年を追うごとに、母や父の美貌を受け継いで成長してしまったと、自他共に認めている。
その所為か、今ではトール家への見合い話がひっきりなしにやってくる。
彼にとっては、鬱屈な問題でもある。
家系を辿れば、この要塞都市国家であるリニアガウスの『王族』にも連なる家柄という男。
しかし、無骨で武を極めんとしてばかりで、貴族に多い高い商才や社交性は持ち合わせていない。
母の腹の中に置いてきてしまったようだ。
そして、美麗な顔とは別に、無口な上に仏頂面。
もはやその表情も性格も隠す事は出来ず、貴族としての家同士の集まりや、催しごとですら敬遠してしまう。
無理矢理参加させられたとしても、壁際の花を決め込んでしまうほど。
真面目で堅物、という代名詞は彼のためのものではなかろうか。
と、他の煌びやかな生活をしている同年代の貴族の青年達から常日頃から陰口を叩かれていた。

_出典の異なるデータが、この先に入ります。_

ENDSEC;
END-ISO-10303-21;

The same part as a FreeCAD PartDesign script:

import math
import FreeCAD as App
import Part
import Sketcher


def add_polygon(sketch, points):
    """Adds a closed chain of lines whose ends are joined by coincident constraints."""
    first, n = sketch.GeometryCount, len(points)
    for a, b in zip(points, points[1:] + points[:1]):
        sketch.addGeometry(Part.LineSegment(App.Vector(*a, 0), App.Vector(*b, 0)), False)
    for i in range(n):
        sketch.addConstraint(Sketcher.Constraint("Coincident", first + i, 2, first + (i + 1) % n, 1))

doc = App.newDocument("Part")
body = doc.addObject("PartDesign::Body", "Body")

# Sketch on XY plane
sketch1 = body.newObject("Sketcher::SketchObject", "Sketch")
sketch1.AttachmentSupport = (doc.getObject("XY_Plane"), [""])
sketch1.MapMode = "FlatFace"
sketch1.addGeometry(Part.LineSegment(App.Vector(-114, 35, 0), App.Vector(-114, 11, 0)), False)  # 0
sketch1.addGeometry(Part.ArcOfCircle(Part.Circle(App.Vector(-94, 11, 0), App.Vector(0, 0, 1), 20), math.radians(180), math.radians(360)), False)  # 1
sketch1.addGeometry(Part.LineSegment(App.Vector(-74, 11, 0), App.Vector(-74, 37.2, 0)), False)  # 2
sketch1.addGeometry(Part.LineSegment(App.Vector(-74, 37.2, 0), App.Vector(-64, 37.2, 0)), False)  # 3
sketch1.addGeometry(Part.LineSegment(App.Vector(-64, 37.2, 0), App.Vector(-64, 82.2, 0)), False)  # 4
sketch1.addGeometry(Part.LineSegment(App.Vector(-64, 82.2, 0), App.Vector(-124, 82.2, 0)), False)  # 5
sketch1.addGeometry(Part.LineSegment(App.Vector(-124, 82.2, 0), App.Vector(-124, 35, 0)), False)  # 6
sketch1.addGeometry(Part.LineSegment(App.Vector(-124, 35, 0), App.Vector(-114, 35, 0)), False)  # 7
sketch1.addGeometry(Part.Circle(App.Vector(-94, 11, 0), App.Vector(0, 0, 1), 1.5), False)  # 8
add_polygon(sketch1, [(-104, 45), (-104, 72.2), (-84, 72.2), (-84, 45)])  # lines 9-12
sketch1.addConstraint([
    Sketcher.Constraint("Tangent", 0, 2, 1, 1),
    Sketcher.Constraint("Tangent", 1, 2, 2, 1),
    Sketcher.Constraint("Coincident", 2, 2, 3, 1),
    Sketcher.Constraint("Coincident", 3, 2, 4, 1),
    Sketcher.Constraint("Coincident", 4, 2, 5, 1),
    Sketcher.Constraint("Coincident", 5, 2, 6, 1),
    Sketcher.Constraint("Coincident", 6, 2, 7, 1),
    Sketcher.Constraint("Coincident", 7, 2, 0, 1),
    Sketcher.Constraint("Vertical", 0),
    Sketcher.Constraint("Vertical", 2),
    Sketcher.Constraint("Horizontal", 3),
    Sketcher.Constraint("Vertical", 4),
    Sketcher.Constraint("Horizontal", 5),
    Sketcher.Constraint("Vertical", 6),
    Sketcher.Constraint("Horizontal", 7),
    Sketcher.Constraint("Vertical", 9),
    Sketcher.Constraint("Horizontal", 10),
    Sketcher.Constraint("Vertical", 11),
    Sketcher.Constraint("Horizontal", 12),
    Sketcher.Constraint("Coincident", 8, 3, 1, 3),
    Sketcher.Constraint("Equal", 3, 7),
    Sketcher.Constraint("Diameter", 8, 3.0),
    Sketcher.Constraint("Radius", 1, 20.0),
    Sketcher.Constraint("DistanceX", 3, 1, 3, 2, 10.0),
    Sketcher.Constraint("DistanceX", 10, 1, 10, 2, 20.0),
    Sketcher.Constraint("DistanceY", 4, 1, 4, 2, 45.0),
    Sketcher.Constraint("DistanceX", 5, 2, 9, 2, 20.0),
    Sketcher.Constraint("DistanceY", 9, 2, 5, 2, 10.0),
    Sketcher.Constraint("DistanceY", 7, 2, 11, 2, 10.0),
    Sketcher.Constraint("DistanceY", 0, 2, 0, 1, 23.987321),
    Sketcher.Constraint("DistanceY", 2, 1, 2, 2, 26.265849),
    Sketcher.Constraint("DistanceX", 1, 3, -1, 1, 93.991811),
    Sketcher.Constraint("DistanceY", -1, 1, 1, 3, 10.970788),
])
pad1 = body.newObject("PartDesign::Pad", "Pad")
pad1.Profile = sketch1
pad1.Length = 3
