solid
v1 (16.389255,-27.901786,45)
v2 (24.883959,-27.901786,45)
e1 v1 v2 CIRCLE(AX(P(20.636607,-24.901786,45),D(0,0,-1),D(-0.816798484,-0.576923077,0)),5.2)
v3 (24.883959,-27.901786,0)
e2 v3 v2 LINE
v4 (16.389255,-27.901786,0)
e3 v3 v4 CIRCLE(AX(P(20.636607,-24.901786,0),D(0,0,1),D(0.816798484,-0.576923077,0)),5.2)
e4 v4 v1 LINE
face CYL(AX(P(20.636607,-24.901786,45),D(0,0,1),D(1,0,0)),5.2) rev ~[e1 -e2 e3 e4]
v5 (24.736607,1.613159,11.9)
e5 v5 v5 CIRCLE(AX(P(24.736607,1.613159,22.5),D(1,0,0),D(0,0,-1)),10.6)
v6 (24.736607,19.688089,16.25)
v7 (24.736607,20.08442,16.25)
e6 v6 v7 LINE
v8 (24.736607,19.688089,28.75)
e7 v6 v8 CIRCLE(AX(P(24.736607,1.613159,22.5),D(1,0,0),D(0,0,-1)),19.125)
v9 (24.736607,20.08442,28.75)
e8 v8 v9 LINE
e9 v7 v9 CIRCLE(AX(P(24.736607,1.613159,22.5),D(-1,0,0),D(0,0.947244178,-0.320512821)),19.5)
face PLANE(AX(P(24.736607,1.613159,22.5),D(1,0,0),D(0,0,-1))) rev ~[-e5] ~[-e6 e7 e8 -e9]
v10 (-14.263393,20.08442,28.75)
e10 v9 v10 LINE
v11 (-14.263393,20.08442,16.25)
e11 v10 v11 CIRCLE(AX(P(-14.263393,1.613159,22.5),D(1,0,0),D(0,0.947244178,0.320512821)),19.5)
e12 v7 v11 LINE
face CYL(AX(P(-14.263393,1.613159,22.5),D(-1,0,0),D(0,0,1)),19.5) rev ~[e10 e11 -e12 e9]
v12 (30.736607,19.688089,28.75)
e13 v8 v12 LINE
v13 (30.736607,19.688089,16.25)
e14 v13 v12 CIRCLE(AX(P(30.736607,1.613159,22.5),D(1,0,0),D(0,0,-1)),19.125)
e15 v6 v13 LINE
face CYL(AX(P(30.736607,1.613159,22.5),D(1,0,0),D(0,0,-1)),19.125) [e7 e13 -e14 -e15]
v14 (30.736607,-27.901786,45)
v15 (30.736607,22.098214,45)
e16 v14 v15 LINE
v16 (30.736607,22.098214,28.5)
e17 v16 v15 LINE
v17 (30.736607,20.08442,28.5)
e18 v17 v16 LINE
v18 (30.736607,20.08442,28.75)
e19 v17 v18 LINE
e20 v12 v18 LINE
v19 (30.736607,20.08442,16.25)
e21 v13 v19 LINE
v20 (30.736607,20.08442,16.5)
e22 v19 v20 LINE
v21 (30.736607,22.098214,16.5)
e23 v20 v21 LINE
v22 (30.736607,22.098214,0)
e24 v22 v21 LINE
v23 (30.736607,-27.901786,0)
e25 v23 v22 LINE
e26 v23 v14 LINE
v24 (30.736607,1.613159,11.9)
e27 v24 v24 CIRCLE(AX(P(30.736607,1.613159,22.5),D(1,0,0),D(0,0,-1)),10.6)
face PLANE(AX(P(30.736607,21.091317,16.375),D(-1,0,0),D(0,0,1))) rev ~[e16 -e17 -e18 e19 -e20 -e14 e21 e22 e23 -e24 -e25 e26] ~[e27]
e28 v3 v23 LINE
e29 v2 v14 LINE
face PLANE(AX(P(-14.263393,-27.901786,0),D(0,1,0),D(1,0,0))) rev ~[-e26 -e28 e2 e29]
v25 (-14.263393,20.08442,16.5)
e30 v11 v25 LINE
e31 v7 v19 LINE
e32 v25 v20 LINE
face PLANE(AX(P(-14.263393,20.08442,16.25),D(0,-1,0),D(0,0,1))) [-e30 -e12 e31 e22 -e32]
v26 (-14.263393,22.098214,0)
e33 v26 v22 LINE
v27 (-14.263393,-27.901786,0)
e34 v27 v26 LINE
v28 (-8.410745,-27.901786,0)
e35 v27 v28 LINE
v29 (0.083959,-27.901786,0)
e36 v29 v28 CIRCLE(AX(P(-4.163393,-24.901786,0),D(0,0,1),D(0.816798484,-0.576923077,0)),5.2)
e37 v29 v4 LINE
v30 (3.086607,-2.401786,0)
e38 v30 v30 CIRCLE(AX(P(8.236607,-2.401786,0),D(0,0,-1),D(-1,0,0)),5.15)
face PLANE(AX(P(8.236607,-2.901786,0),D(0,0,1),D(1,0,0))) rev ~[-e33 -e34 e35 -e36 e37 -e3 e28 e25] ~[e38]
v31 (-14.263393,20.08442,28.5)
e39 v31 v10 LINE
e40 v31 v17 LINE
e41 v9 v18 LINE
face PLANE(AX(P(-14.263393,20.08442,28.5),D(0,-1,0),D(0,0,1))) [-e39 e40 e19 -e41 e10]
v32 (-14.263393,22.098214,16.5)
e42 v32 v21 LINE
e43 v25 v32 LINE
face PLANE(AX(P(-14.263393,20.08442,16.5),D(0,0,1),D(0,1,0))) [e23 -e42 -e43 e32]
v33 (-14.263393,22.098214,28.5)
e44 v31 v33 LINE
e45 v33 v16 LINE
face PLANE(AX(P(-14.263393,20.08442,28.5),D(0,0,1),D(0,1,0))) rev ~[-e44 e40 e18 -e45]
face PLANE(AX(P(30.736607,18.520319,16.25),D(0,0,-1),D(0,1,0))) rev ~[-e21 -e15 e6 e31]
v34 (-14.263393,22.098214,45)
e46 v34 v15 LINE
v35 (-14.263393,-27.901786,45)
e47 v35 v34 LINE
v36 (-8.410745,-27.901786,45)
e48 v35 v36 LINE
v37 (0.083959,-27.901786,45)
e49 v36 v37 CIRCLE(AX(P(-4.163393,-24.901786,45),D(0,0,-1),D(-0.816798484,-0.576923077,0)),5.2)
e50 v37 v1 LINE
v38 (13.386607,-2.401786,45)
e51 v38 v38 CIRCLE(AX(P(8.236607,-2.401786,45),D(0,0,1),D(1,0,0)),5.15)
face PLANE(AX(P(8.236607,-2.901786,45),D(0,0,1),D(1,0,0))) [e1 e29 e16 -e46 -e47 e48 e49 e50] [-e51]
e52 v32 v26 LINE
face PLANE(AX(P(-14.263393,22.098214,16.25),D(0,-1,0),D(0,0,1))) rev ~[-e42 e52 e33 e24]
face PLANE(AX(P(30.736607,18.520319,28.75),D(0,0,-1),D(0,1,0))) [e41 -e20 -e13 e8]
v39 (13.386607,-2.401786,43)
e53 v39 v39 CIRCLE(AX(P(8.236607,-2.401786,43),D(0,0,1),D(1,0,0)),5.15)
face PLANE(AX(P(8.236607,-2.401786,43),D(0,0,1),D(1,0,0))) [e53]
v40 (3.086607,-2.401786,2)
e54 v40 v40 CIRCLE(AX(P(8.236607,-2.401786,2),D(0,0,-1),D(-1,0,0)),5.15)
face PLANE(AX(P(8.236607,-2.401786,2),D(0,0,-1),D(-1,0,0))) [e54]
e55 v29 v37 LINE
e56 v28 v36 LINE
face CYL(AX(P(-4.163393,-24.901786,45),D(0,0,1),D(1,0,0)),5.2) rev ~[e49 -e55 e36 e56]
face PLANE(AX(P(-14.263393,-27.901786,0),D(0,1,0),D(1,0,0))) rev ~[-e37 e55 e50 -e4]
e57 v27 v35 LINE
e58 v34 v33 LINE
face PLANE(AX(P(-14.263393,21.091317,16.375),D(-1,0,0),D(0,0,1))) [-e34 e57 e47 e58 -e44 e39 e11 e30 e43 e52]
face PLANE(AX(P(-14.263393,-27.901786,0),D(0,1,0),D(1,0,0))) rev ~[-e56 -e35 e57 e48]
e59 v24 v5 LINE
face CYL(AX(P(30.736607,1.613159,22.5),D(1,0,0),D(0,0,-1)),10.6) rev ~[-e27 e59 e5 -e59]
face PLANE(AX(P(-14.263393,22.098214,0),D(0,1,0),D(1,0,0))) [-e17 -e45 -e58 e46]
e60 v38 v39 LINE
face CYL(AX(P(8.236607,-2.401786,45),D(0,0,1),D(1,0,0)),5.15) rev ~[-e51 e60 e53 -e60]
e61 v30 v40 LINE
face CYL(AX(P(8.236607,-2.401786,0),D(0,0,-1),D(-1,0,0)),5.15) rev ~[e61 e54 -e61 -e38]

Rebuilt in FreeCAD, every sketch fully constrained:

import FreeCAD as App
import Part
import Sketcher

doc = App.newDocument("Part")
body = doc.addObject("PartDesign::Body", "Body")

# Sketch on XY plane
sketch1 = doc.addObject("Sketcher::SketchObject", "Sketch")
body.addObject(sketch1)
sketch1.AttachmentSupport = (doc.XY_Plane, [""])
sketch1.MapMode = "FlatFace"
sketch1.addGeometry([
    Part.LineSegment(App.Vector(-14, 22, 0), App.Vector(-14, -28, 0)),
    Part.LineSegment(App.Vector(-14, -28, 0), App.Vector(31, -28, 0)),
    Part.LineSegment(App.Vector(31, -28, 0), App.Vector(31, 22, 0)),
    Part.LineSegment(App.Vector(31, 22, 0), App.Vector(-14, 22, 0)),
], False)
sketch1.addConstraint([
    Sketcher.Constraint("Coincident", 0, 2, 1, 1),
    Sketcher.Constraint("Coincident", 1, 2, 2, 1),
    Sketcher.Constraint("Coincident", 2, 2, 3, 1),
    Sketcher.Constraint("Coincident", 3, 2, 0, 1),
    Sketcher.Constraint("Vertical", 0),
    Sketcher.Constraint("Horizontal", 1),
    Sketcher.Constraint("Vertical", 2),
    Sketcher.Constraint("Horizontal", 3),
    Sketcher.Constraint("DistanceX", 1, 1, 1, 2, 45.0),
    Sketcher.Constraint("DistanceY", 0, 2, 0, 1, 50.0),
    Sketcher.Constraint("DistanceX", 0, 2, -1, 1, 14.263393),
    Sketcher.Constraint("DistanceY", 0, 2, -1, 1, 27.901786),
])
pad1 = doc.addObject("PartDesign::Pad", "Pad")
body.addObject(pad1)
pad1.Profile = sketch1
pad1.Length = 45

# Sketch on XY plane
sketch2 = doc.addObject("Sketcher::SketchObject", "Sketch001")
body.addObject(sketch2)
sketch2.AttachmentSupport = (doc.XY_Plane, [""])
sketch2.MapMode = "FlatFace"
sketch2.AttachmentOffset = App.Placement(App.Vector(0, 0, 45), App.Rotation())
sketch2.addGeometry([
    Part.Circle(App.Vector(-4, -25, 0), App.Vector(0, 0, 1), 5),
    Part.Circle(App.Vector(21, -25, 0), App.Vector(0, 0, 1), 5),
], False)
sketch2.addConstraint([
    Sketcher.Constraint("Equal", 0, 1),
    Sketcher.Constraint("Horizontal", 0, 3, 1, 3),
    Sketcher.Constraint("Diameter", 0, 10.4),
    Sketcher.Constraint("DistanceX", 0, 3, 1, 3, 24.8),
    Sketcher.Constraint("DistanceX", 0, 3, -1, 1, 4.163393),
    Sketcher.Constraint("DistanceY", 0, 3, -1, 1, 24.901786),
])
pocket1 = doc.addObject("PartDesign::Pocket", "Pocket")
body.addObject(pocket1)
pocket1.Profile = sketch2
pocket1.Length = 45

畏怖とも嘲笑とも言える噂ではあるが、それはもはや暗黙のルールのように実しやかに囁かれている。
それは、彼は知っているし、分かってもいた。
本人は、そのような青年達の小うるさい囀りなど至って気にはしていない。
だが、問題は、貴族である家柄である。
貴族としての立ち居振る舞い。
それに見合った教養。
無駄に着飾る事の多い、家の催し。
そのどれもが、現在所属している『国家武装軍』の階級に邪魔だった。
彼の現在の地位は、少将。
『王族』であるリニアガウス家直属の『国家武装軍』の大隊長である。
軍事組織において部隊とは。
組織的な作戦行動を遂行する単位。
それが、部隊だ。
複雑な任務を遂行できるような分業的ヒエラルキーで組織、構成され、部隊の任務及び職域に応じて上位部隊及び、隊長を中心とした階級の順位が割り振られる。

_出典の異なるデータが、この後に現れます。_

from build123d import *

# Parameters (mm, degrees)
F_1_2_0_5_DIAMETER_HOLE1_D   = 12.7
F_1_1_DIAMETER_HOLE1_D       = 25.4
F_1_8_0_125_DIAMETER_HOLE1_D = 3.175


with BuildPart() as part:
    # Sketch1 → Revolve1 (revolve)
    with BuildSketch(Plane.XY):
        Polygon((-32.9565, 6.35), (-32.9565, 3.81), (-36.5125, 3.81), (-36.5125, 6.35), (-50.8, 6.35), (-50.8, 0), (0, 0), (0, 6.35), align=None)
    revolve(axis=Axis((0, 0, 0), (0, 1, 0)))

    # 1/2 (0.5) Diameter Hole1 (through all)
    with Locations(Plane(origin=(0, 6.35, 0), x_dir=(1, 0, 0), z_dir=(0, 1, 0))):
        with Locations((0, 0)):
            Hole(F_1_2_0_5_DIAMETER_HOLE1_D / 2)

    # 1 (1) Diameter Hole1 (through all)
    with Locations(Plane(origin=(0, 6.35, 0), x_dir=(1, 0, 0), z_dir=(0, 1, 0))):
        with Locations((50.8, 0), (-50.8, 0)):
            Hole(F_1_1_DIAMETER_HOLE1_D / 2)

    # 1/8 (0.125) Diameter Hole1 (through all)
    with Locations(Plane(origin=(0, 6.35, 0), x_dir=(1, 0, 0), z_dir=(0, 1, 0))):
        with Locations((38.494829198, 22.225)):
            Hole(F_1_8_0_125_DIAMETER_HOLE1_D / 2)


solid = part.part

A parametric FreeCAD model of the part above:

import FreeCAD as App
import Part
import Sketcher
from FreeCAD import Vector
Q = App.Units.Quantity

doc = App.newDocument("Part")
body = doc.addObject("PartDesign::Body", "Body")

# Sketch on XY plane
sketch1 = body.newObject("Sketcher::SketchObject", "Sketch")
sketch1.AttachmentSupport = (doc.getObject("XY_Plane"), [""])
sketch1.MapMode = "FlatFace"
sketch1.addGeometry([
    Part.LineSegment(Vector(-33, 6.3, 0), Vector(-33, 3.8, 0)),  # 0
    Part.LineSegment(Vector(-33, 3.8, 0), Vector(-36.5, 3.8, 0)),  # 1
    Part.LineSegment(Vector(-36.5, 3.8, 0), Vector(-36.5, 6.3, 0)),  # 2
    Part.LineSegment(Vector(-36.5, 6.3, 0), Vector(-50.8, 6.3, 0)),  # 3
    Part.LineSegment(Vector(-50.8, 6.3, 0), Vector(-50.8, 0, 0)),  # 4
    Part.LineSegment(Vector(-50.8, 0, 0), Vector(0, 0, 0)),  # 5
    Part.LineSegment(Vector(0, 0, 0), Vector(0, 6.3, 0)),  # 6
    Part.LineSegment(Vector(0, 6.3, 0), Vector(-33, 6.3, 0)),  # 7
], False)
sketch1.addConstraint([
    Sketcher.Constraint("Coincident", 0, 2, 1, 1),
    Sketcher.Constraint("Coincident", 1, 2, 2, 1),
    Sketcher.Constraint("Coincident", 2, 2, 3, 1),
    Sketcher.Constraint("Coincident", 3, 2, 4, 1),
    Sketcher.Constraint("Coincident", 4, 2, 5, 1),
    Sketcher.Constraint("Coincident", 5, 2, 6, 1),
    Sketcher.Constraint("Coincident", 6, 2, 7, 1),
    Sketcher.Constraint("Coincident", 7, 2, 0, 1),
    Sketcher.Constraint("Vertical", 0),
    Sketcher.Constraint("Horizontal", 1),
    Sketcher.Constraint("Vertical", 2),
    Sketcher.Constraint("Horizontal", 3),
    Sketcher.Constraint("Vertical", 4),
    Sketcher.Constraint("Horizontal", 5),
    Sketcher.Constraint("Vertical", 6),
    Sketcher.Constraint("Horizontal", 7),
    Sketcher.Constraint("Coincident", 5, 2, -1, 1),
    Sketcher.Constraint("Horizontal", 3, 2, 6, 2),
    Sketcher.Constraint("DistanceX", 5, 1, 5, 2, Q("2 in")),
    Sketcher.Constraint("DistanceY", 0, 2, 0, 1, Q("0.1 in")),
    Sketcher.Constraint("DistanceX", 1, 2, 1, 1, Q("0.14 in")),
    Sketcher.Constraint("DistanceY", 4, 2, 4, 1, Q("0.25 in")),
    Sketcher.Constraint("DistanceX", 3, 2, 3, 1, Q("0.5625 in")),
])
revolution = body.newObject("PartDesign::Revolution", "Revolution")
revolution.Profile = sketch1
revolution.ReferenceAxis = (sketch1, ["V_Axis"])
revolution.Angle = 360

# Sketch on XZ plane
sketch2 = body.newObject("Sketcher::SketchObject", "Sketch001")
sketch2.AttachmentSupport = (doc.getObject("XZ_Plane"), [""])
sketch2.MapMode = "FlatFace"
sketch2.AttachmentOffset = App.Placement(Vector(0, 0, -0.25 * 25.4), App.Rotation())
sketch2.addGeometry(Part.Circle(Vector(0, 0, 0), Vector(0, 0, 1), 6), False)
sketch2.addConstraint([
    Sketcher.Constraint("Coincident", 0, 3, -1, 1),
    Sketcher.Constraint("Diameter", 0, Q("0.5 in")),
])
doc.recompute()
hole = body.newObject("PartDesign::Hole", "Hole")
hole.Profile = sketch2
hole.ThreadType = "None"
hole.Diameter = Q("0.5 in")
hole.DepthType = "ThroughAll"
hole.Reversed = True

# Sketch on XZ plane
sketch3 = body.newObject("Sketcher::SketchObject", "Sketch002")
sketch3.AttachmentSupport = (doc.getObject("XZ_Plane"), [""])
sketch3.MapMode = "FlatFace"
sketch3.AttachmentOffset = App.Placement(Vector(0, 0, -0.25 * 25.4), App.Rotation())
sketch3.addGeometry([
    Part.Circle(Vector(51, 0, 0), Vector(0, 0, 1), 13),
    Part.Circle(Vector(-51, 0, 0), Vector(0, 0, 1), 13),
], False)
sketch3.addConstraint([
    Sketcher.Constraint("Equal", 0, 1),
    Sketcher.Constraint("Symmetric", 0, 3, 1, 3, -1, 1),
    Sketcher.Constraint("PointOnObject", 0, 3, -1),
    Sketcher.Constraint("Diameter", 0, Q("1 in")),
    Sketcher.Constraint("DistanceX", -1, 1, 0, 3, Q("2 in")),
])
doc.recompute()
hole2 = body.newObject("PartDesign::Hole", "Hole001")
hole2.Profile = sketch3
hole2.ThreadType = "None"
hole2.Diameter = Q("1 in")
hole2.DepthType = "ThroughAll"
hole2.Reversed = True

# Sketch on XZ plane
sketch4 = body.newObject("Sketcher::SketchObject", "Sketch003")
sketch4.AttachmentSupport = (doc.getObject("XZ_Plane"), [""])
sketch4.MapMode = "FlatFace"
sketch4.AttachmentOffset = App.Placement(Vector(0, 0, -0.25 * 25.4), App.Rotation())
sketch4.addGeometry(Part.Circle(Vector(38.5, -22.2, 0), Vector(0, 0, 1), 1.6), False)
sketch4.addConstraint([
    Sketcher.Constraint("Diameter", 0, Q("0.125 in")),
    Sketcher.Constraint("DistanceY", 0, 3, -1, 1, Q("0.875 in")),
    Sketcher.Constraint("DistanceX", -1, 1, 0, 3, 38.494829),
])
doc.recompute()
hole3 = body.newObject("PartDesign::Hole", "Hole002")
hole3.Profile = sketch4
hole3.ThreadType = "None"
hole3.Diameter = Q("0.125 in")
hole3.DepthType = "ThroughAll"
hole3.Reversed = True

doc.recompute()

それを踏まえた上で、職務に基づく指揮命令系統により、部隊行動・作戦が展開・管理される。
大隊長というのは本来の通常の軍事組織では中佐や少佐程度。
ではあるものの、彼の所属する『国家武装軍』としてであれば、中将や少将でもある師団長に告ぐ地位である。
現職の師団長は、ホーキンス中将という初老の男性。
魔物討伐は勿論の事、十数年前にあった戦争では数多くの武功を立てたという歴戦の将。
そして、そのホーキンス中将とダグラスは遠縁。
いわば親戚の叔父となる。
貴族には珍しく上昇志向の欠しいダグラスにとっては、現在収まっている地位をこれ以上上げようとも思っていない。
しかし、せっつかれているのは、上からも下からもだ。
ましてや、親族からも一緒にせっつかれている。
正直、息がつまりそうだった。
親類各位は、無骨ながらも容貌も麗しく武に秀でたダグラスに上申を迫り、師団長でもあるホーキンスからも打診をされている。
そろそろ報告書を纏めるのではなく、既に纏まった報告書を眺めるだけで良いのではないか、と。

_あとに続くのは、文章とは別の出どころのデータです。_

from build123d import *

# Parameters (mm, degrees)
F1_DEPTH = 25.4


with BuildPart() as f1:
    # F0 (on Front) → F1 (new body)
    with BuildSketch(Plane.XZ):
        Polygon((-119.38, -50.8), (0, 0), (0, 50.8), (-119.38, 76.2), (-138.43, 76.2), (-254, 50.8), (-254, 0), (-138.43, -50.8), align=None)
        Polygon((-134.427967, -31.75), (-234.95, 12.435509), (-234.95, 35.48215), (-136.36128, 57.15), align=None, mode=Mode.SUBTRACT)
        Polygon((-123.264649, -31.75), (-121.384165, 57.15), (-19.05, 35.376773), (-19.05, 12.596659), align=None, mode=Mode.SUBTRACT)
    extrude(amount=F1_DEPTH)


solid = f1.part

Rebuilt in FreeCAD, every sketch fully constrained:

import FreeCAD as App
import Part
import Sketcher
Q = App.Units.Quantity


def add_polygon(sketch, points):
    """Adds a closed chain of lines whose ends are joined by coincident constraints."""
    first, n = sketch.GeometryCount, len(points)
    for a, b in zip(points, points[1:] + points[:1]):
        sketch.addGeometry(Part.LineSegment(App.Vector(*a, 0), App.Vector(*b, 0)), False)
    for i in range(n):
        sketch.addConstraint(Sketcher.Constraint("Coincident", first + i, 2, first + (i + 1) % n, 1))

doc = App.newDocument("Part")
body = doc.addObject("PartDesign::Body", "Body")

# Sketch on XZ plane
sketch1 = body.newObject("Sketcher::SketchObject", "Sketch")
sketch1.AttachmentSupport = (doc.getObject("XZ_Plane"), [""])
sketch1.MapMode = "FlatFace"
add_polygon(sketch1, [(-119, -51), (0, 0), (0, 51), (-119, 76), (-138, 76), (-254, 51), (-254, 0), (-138, -51)])  # lines 0-7
add_polygon(sketch1, [(-136, 57), (-134, -32), (-235, 12), (-235, 35)])  # lines 8-11
add_polygon(sketch1, [(-19, 13), (-123, -32), (-121, 57), (-19, 35)])  # lines 12-15
sketch1.addConstraint([
    Sketcher.Constraint("Vertical", 1),
    Sketcher.Constraint("Horizontal", 3),
    Sketcher.Constraint("Vertical", 5),
    Sketcher.Constraint("Horizontal", 7),
    Sketcher.Constraint("Vertical", 10),
    Sketcher.Constraint("Vertical", 15),
    Sketcher.Constraint("Coincident", 0, 2, -1, 1),
    Sketcher.Constraint("PointOnObject", 5, 2, -1),
    Sketcher.Constraint("Parallel", 6, 9),
    Sketcher.Constraint("Parallel", 4, 11),
    Sketcher.Constraint("Parallel", 0, 12),
    Sketcher.Constraint("Parallel", 2, 14),
    Sketcher.Constraint("Horizontal", 1, 2, 4, 2),
    Sketcher.Constraint("Horizontal", 8, 2, 12, 2),
    Sketcher.Constraint("Horizontal", 11, 2, 13, 2),
    Sketcher.Constraint("Vertical", 3, 2, 6, 2),
    Sketcher.Constraint("Vertical", 2, 2, 7, 2),
    Sketcher.Constraint("DistanceY", 1, 1, 1, 2, Q("2 in")),
    Sketcher.Constraint("DistanceY", -1, 1, 2, 2, Q("3 in")),
    Sketcher.Constraint("DistanceX", 4, 2, -1, 1, Q("10 in")),
    Sketcher.Constraint("DistanceY", 6, 2, -1, 1, Q("2 in")),
    Sketcher.Constraint("DistanceX", 3, 2, 3, 1, Q("0.75 in")),
    Sketcher.Constraint("DistanceX", 2, 2, -1, 1, Q("4.7 in")),
    Sketcher.Constraint("DistanceX", 9, 2, 6, 2, Q("3.8 in")),
    Sketcher.Constraint("DistanceY", 8, 2, 11, 2, Q("3.5 in")),
    Sketcher.Constraint("DistanceY", 8, 2, -1, 1, Q("1.25 in")),
    Sketcher.Constraint("DistanceX", 14, 2, -1, 1, Q("0.75 in")),
    Sketcher.Constraint("DistanceY", 10, 1, 10, 2, Q("23.046641 mm")),
    Sketcher.Constraint("Distance", 8, Q("88.921019 mm")),
    Sketcher.Constraint("Distance", 14, Q("104.624829 mm")),
    Sketcher.Constraint("DistanceY", 15, 2, 15, 1, Q("22.780114 mm")),
])
pad1 = body.newObject("PartDesign::Pad", "Pad")
pad1.Profile = sketch1
pad1.Length = Q("1 in")

doc.recompute()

それは、つまり魔物の討伐などの前線から退けと言う事。
情報を思うがままに懐に収集。
その上で、のうのうと拠点で人を手駒として扱え、と。
要は椅子に踏ん反り返って指示を出せ、と言う事だ。
それが、ダグラスにはどうしても受諾出来ない。
承諾も出来ないでいる。
彼にとって、秀でた武を振るう瞬間が、至極の瞬間であった。
家柄としての貴族の、被り続けて何匹必要になったかも分からない猫の皮を脱ぎ捨てる事が出来る瞬間。
それが、討伐の時だった。
彼は、嬉しい誤算を喜んでいる側の一部であった。
彼は、武を極め、振るった瞬間に己の生き様を見出している。
真面目で堅物、という囀り。
しかし、それは本当の事だ。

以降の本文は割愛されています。